Die Verständigung über diese Punkte wurde von Nettelbladt selber erschwert, indem er mit den bürgerschaftlichen Kommissionsdeputierten, die den Forderungen des Rats nicht in allem beipflichteten, in Sonderverhandlungen trat und dem Rat gegenüber einen hochfahrenden Ton anschlug. Ein Versuch Nettelbladts, mit dem Ausschuss selber anzuknüpfen, misslang: er bekam überhaupt keine Antwort.

Im Januar 1831 *) wurden die abgebrochenen Verhandlungen durch eine rätlich-bürgerschaftliche Kommission wieder aufgenommen. Ein von Haupt verfasstes Regulativ über die Feststellung der Ratsgehälter wurde den Beratungen des Magistrats und der bürgerschaftlichen Quartiere zu Grunde gelegt. Jetzt aber konnte zwischen dem Rat und dem zweiten bürgerschaftlichen Quartier über die Gehaltsskala keine Einigung erzielt werden. Am 23. Mai 1831 rief der Rat die Entscheidung der Regierung an, die unterm 28. Dezember erfolgte und vermittelnd die Gehälter der Bürgermeister auf 1.700 und 1.400, des Syndikus auf 1.400, der rechtsgelehrten Senatoren auf 1.000 bis 700, der nicht rechtsgelehrten auf 800 bis 400 Taler festsetzte. Zu Gunsten der früher besser gestellten Beamten — die Einkünfte des ersten Bürgermeisters z. B. wurden vorher auf mehr als 2.000 Taler geschätzt — traten für deren Lebenszeit Übergangsbestimmungen ein. Das Regulativ konnte mit Anfang 1832 in Kraft treten. Die Einrichtung der Ratsbesoldungskasse wurde sogleich in Angriff genommen, die Naturalabgaben in Geld umgewandelt und die Verlehnungsgebühren reguliert, die Patrimonialkasse als Grundstock der neuen Kasse zu gesonderter Verwaltung der Kämmerei überwiesen, an die auch alle Sporteln, Gebühren und Zuschüsse der anderen städtischen Kassen abzuführen waren. Aus der Hebungskasse z. B. wurden ohne den von der Regierung gestrichenen neuen Zuschuss von 500 Talern jährlich 1.900 Taler beigesteuert.

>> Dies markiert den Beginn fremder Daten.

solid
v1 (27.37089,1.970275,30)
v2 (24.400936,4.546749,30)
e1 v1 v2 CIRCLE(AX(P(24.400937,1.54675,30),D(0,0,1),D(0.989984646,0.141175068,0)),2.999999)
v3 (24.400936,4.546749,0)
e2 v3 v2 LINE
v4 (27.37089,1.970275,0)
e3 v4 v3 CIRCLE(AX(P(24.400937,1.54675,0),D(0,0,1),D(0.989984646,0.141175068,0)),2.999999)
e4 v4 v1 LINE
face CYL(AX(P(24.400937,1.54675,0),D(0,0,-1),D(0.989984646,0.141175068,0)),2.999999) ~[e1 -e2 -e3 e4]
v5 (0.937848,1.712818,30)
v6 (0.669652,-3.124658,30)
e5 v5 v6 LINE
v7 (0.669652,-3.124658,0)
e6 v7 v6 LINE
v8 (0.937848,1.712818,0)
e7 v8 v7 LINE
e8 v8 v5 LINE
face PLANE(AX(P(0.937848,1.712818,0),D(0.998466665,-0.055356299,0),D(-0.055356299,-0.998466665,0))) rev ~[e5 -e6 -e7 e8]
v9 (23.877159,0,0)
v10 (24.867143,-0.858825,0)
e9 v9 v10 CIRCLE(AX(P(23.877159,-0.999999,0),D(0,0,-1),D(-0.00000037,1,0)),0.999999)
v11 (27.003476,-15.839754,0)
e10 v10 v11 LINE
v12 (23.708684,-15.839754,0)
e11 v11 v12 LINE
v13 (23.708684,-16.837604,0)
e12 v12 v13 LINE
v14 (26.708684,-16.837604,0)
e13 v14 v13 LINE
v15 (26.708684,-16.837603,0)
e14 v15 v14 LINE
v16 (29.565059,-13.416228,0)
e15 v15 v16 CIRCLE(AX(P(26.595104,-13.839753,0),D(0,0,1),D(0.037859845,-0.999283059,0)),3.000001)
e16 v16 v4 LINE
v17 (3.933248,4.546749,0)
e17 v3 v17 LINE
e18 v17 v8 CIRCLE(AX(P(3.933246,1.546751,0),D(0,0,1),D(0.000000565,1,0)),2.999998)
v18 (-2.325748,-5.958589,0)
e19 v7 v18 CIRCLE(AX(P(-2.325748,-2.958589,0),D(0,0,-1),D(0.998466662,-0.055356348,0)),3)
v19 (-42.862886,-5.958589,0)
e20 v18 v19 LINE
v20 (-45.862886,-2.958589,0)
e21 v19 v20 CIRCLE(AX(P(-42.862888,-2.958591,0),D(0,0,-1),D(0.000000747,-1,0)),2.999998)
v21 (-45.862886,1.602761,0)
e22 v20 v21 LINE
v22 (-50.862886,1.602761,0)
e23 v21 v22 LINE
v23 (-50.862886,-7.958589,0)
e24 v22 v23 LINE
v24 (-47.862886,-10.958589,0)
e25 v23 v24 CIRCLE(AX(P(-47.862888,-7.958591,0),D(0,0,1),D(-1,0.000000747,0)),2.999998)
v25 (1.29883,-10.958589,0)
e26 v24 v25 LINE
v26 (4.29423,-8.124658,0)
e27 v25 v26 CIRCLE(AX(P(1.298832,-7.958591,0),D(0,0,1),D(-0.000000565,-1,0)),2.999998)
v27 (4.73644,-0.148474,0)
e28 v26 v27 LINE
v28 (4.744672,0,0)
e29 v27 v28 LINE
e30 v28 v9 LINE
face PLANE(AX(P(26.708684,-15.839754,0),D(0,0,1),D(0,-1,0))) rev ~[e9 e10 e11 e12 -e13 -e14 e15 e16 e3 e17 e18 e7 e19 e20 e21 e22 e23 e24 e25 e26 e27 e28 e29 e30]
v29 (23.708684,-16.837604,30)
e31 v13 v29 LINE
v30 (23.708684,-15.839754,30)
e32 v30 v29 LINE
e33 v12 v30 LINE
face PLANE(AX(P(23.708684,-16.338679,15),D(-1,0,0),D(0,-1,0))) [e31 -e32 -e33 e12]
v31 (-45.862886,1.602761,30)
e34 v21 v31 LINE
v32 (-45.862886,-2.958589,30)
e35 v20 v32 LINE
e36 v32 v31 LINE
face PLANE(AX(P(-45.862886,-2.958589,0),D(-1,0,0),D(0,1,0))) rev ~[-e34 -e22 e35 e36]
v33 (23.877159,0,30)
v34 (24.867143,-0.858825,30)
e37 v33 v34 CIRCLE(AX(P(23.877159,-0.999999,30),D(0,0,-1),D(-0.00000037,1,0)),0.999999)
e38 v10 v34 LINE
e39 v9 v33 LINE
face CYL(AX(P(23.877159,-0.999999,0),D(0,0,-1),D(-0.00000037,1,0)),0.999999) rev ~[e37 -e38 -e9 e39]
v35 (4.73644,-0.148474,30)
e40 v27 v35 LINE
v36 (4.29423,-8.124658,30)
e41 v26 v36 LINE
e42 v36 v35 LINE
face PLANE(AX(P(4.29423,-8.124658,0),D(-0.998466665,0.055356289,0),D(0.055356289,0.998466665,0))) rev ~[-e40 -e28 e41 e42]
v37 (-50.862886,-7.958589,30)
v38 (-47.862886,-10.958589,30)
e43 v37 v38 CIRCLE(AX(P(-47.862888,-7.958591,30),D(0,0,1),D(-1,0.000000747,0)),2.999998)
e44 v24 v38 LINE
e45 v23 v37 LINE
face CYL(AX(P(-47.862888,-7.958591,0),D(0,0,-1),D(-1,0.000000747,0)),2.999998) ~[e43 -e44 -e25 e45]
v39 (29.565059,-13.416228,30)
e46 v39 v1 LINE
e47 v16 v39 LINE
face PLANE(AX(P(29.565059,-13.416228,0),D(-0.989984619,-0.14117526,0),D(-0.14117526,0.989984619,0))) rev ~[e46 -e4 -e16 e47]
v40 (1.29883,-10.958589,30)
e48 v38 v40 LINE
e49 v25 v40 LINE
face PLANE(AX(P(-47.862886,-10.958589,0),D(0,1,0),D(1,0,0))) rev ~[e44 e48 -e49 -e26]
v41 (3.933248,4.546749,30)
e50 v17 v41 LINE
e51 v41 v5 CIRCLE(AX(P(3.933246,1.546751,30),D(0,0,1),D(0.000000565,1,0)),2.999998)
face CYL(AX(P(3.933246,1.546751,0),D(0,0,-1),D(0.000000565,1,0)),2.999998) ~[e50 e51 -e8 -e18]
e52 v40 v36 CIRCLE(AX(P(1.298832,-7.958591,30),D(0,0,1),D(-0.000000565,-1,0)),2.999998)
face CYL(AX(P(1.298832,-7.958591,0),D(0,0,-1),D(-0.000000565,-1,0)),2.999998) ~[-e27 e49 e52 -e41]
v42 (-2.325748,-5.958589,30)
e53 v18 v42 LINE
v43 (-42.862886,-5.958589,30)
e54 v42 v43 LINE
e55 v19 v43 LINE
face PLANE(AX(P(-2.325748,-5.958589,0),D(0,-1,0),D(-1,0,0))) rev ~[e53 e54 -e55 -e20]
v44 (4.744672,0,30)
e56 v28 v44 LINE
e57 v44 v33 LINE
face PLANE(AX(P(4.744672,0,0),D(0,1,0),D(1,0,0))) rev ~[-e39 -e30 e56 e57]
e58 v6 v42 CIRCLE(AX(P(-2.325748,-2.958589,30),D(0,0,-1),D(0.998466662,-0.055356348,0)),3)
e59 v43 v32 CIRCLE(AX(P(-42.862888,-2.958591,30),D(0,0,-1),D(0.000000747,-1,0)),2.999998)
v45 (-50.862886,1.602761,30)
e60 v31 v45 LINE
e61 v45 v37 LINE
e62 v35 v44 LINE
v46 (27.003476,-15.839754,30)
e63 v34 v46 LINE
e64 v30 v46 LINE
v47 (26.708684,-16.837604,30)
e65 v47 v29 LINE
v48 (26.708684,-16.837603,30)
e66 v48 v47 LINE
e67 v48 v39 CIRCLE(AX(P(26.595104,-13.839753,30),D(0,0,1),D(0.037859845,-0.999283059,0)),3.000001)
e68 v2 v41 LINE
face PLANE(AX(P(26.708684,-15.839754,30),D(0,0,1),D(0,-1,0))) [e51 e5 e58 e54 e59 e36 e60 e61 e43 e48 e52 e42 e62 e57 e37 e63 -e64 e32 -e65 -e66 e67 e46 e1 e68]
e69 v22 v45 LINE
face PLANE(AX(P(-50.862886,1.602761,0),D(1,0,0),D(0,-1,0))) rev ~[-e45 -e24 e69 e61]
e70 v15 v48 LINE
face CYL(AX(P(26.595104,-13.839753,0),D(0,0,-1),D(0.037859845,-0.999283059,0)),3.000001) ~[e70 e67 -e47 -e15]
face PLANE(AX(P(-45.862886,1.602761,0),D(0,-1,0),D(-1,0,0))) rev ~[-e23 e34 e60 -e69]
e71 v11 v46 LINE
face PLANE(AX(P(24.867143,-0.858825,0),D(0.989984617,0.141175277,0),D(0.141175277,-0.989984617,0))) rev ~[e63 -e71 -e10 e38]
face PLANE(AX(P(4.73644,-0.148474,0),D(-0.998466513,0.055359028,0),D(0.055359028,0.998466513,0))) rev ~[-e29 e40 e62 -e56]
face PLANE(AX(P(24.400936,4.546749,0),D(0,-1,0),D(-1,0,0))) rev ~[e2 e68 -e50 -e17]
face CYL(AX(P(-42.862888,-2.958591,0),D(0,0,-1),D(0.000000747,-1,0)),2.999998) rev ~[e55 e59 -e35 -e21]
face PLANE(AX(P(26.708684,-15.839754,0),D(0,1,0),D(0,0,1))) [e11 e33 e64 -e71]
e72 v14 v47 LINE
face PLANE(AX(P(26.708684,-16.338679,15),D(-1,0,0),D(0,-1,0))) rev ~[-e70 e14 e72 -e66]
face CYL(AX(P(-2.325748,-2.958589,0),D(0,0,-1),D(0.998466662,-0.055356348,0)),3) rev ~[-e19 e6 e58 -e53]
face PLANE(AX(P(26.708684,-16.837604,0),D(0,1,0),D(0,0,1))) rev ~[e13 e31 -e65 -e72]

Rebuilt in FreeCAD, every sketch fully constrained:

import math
import FreeCAD as App
import Part
import Sketcher

V = App.Vector

doc = App.newDocument("Part")
body = doc.addObject("PartDesign::Body", "Body")

# Sketch on XY plane
sketch1 = doc.addObject("Sketcher::SketchObject", "Sketch")
body.addObject(sketch1)
sketch1.AttachmentSupport = (doc.XY_Plane, [""])
sketch1.MapMode = "FlatFace"
sketch1.addGeometry([
    Part.ArcOfCircle(Part.Circle(V(-47.862888, -7.958591, 0), V(0, 0, 1), 2.999998), math.radians(179.999957), math.radians(270.000043)),  # 0
    Part.LineSegment(V(-47.862886, -10.958589, 0), V(1.29883, -10.958589, 0)),  # 1
    Part.ArcOfCircle(Part.Circle(V(1.298832, -7.958591, 0), V(0, 0, 1), 2.999998), math.radians(-90.000032), math.radians(-3.173274)),  # 2
    Part.LineSegment(V(4.29423, -8.124658, 0), V(4.73644, -0.148474, 0)),  # 3
    Part.LineSegment(V(4.73644, -0.148474, 0), V(4.744672, 0, 0)),  # 4
    Part.LineSegment(V(4.744672, 0, 0), V(23.877159, 0, 0)),  # 5
    Part.ArcOfCircle(Part.Circle(V(23.877159, -0.999999, 0), V(0, 0, 1), 0.999999), math.radians(8.115785), math.radians(90.000021)),  # 6
    Part.LineSegment(V(24.867143, -0.858825, 0), V(27.003476, -15.839754, 0)),  # 7
    Part.LineSegment(V(27.003476, -15.839754, 0), V(26.708684, -15.839754, 0)),  # 8
    Part.LineSegment(V(26.708684, -15.839754, 0), V(26.708684, -16.837603, 0)),  # 9
    Part.ArcOfCircle(Part.Circle(V(26.595104, -13.839753, 0), V(0, 0, 1), 3.000001), math.radians(-87.830272), math.radians(8.115846)),  # 10
    Part.LineSegment(V(29.565059, -13.416228, 0), V(27.37089, 1.970275, 0)),  # 11
    Part.ArcOfCircle(Part.Circle(V(24.400937, 1.54675, 0), V(0, 0, 1), 2.999999), math.radians(8.115848), math.radians(90.000019)),  # 12
    Part.LineSegment(V(24.400936, 4.546749, 0), V(3.933248, 4.546749, 0)),  # 13
    Part.ArcOfCircle(Part.Circle(V(3.933246, 1.546751, 0), V(0, 0, 1), 2.999998), math.radians(89.999968), math.radians(176.826726)),  # 14
    Part.LineSegment(V(0.937848, 1.712818, 0), V(0.669652, -3.124658, 0)),  # 15
    Part.ArcOfCircle(Part.Circle(V(-2.325748, -2.958589, 0), V(0, 0, 1), 3), math.radians(-89.999999), math.radians(-3.173307)),  # 16
    Part.LineSegment(V(-2.325748, -5.958589, 0), V(-42.862886, -5.958589, 0)),  # 17
    Part.ArcOfCircle(Part.Circle(V(-42.862888, -2.958591, 0), V(0, 0, 1), 2.999998), math.radians(179.999957), math.radians(270.000043)),  # 18
    Part.LineSegment(V(-45.862886, -2.958589, 0), V(-45.862886, 1.602761, 0)),  # 19
    Part.LineSegment(V(-45.862886, 1.602761, 0), V(-50.862886, 1.602761, 0)),  # 20
    Part.LineSegment(V(-50.862886, 1.602761, 0), V(-50.862886, -7.958589, 0)),  # 21
], False)
sketch1.addConstraint([
    Sketcher.Constraint("Coincident", 0, 2, 1, 1),
    Sketcher.Constraint("Coincident", 1, 2, 2, 1),
    Sketcher.Constraint("Coincident", 2, 2, 3, 1),
    Sketcher.Constraint("Coincident", 3, 2, 4, 1),
    Sketcher.Constraint("Coincident", 4, 2, 5, 1),
    Sketcher.Constraint("Coincident", 5, 2, 6, 2),
    Sketcher.Constraint("Coincident", 6, 1, 7, 1),
    Sketcher.Constraint("Coincident", 7, 2, 8, 1),
    Sketcher.Constraint("Coincident", 8, 2, 9, 1),
    Sketcher.Constraint("Coincident", 9, 2, 10, 1),
    Sketcher.Constraint("Coincident", 10, 2, 11, 1),
    Sketcher.Constraint("Coincident", 11, 2, 12, 1),
    Sketcher.Constraint("Coincident", 12, 2, 13, 1),
    Sketcher.Constraint("Coincident", 13, 2, 14, 1),
    Sketcher.Constraint("Coincident", 14, 2, 15, 1),
    Sketcher.Constraint("Coincident", 15, 2, 16, 2),
    Sketcher.Constraint("Coincident", 16, 1, 17, 1),
    Sketcher.Constraint("Coincident", 17, 2, 18, 2),
    Sketcher.Constraint("Coincident", 18, 1, 19, 1),
    Sketcher.Constraint("Coincident", 19, 2, 20, 1),
    Sketcher.Constraint("Coincident", 20, 2, 21, 1),
    Sketcher.Constraint("Coincident", 21, 2, 0, 1),
    Sketcher.Constraint("Horizontal", 1),
    Sketcher.Constraint("Horizontal", 5),
    Sketcher.Constraint("Horizontal", 8),
    Sketcher.Constraint("Vertical", 9),
    Sketcher.Constraint("Horizontal", 13),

Die Überschüsse der Ratsbesoldungskasse verblieben dieser gemäß einer zu Gunsten des Rats erfolgten Regierungsentscheidung. 1841 waren hierdurch schon 8.000 Taler angesammelt, sodass 1845 die Gehälter der beiden jüngsten rechtsgelehrten Ratsherren mit je 100, die der beiden jüngsten nicht rechtsgelehrten mit je 50 Talern jährlicher Zulage aufgebessert werden konnten.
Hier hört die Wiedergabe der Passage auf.